AIM OF THE EXERCISE
Out of the records below, copy all lines in which the word "False" occurs.

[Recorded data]

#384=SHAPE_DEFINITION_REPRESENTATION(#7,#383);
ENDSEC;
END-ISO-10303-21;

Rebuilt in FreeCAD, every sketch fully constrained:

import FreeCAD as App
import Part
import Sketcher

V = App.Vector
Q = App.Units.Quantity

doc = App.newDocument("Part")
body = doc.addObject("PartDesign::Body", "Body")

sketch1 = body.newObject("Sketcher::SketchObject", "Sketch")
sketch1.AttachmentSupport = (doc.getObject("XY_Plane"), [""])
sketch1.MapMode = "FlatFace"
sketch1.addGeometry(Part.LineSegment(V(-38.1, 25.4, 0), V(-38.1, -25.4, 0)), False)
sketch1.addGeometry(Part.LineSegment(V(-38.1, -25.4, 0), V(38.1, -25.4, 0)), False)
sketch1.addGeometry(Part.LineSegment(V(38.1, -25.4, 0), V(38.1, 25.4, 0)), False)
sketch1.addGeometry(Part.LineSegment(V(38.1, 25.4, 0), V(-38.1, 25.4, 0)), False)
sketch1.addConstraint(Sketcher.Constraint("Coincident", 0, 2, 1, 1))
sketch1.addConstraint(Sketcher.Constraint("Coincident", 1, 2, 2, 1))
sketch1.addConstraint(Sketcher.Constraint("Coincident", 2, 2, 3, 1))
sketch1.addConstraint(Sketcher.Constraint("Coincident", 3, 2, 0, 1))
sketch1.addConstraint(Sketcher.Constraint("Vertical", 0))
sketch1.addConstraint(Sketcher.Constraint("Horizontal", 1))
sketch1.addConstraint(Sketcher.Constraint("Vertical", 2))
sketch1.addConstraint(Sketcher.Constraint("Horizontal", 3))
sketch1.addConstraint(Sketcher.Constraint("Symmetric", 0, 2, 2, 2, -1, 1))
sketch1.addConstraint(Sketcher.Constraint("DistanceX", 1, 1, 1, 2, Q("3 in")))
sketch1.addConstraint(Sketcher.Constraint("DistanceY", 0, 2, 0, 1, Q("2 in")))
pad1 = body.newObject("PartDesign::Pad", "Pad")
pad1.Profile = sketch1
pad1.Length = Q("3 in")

WRITTEN RESPONSE
sketch1.addGeometry(Part.LineSegment(V(-38.1, 25.4, 0), V(-38.1, -25.4, 0)), False)
sketch1.addGeometry(Part.LineSegment(V(-38.1, -25.4, 0), V(38.1, -25.4, 0)), False)
sketch1.addGeometry(Part.LineSegment(V(38.1, -25.4, 0), V(38.1, 25.4, 0)), False)
sketch1.addGeometry(Part.LineSegment(V(38.1, 25.4, 0), V(-38.1, 25.4, 0)), False)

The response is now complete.